---------- INFORMATION PROVIDED ----------

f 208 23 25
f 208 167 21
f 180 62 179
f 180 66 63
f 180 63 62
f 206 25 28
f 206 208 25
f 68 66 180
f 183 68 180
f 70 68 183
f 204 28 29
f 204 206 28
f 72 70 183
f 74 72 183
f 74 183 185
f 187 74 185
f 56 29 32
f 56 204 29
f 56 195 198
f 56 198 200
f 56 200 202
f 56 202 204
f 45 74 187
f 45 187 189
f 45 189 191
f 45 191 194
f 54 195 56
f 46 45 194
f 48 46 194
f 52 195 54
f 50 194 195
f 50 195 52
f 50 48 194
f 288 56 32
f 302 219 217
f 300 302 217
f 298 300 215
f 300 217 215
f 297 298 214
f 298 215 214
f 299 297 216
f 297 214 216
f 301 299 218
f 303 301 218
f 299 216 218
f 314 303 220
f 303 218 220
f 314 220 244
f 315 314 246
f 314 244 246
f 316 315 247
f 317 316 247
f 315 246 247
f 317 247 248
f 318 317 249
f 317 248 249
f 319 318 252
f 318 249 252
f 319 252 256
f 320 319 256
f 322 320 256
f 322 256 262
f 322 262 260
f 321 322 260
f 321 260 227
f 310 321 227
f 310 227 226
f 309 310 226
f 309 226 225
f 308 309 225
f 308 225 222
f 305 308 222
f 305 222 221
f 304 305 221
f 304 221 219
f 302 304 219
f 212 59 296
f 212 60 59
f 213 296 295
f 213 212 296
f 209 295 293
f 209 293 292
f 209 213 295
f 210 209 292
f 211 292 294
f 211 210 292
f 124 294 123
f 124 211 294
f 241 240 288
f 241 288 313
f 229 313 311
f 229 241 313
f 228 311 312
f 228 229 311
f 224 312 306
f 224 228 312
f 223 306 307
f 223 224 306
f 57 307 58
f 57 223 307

----------

• [TASK TO COMPLETE]
An exact copy of the lines from the one containing "f 213 212 296" through the end of the data above is the whole answer.

• [SOLUTION TO THIS EXERCISE]
f 213 212 296
f 209 295 293
f 209 293 292
f 209 213 295
f 210 209 292
f 211 292 294
f 211 210 292
f 124 294 123
f 124 211 294
f 241 240 288
f 241 288 313
f 229 313 311
f 229 241 313
f 228 311 312
f 228 229 311
f 224 312 306
f 224 228 312
f 223 306 307
f 223 224 306
f 57 307 58
f 57 223 307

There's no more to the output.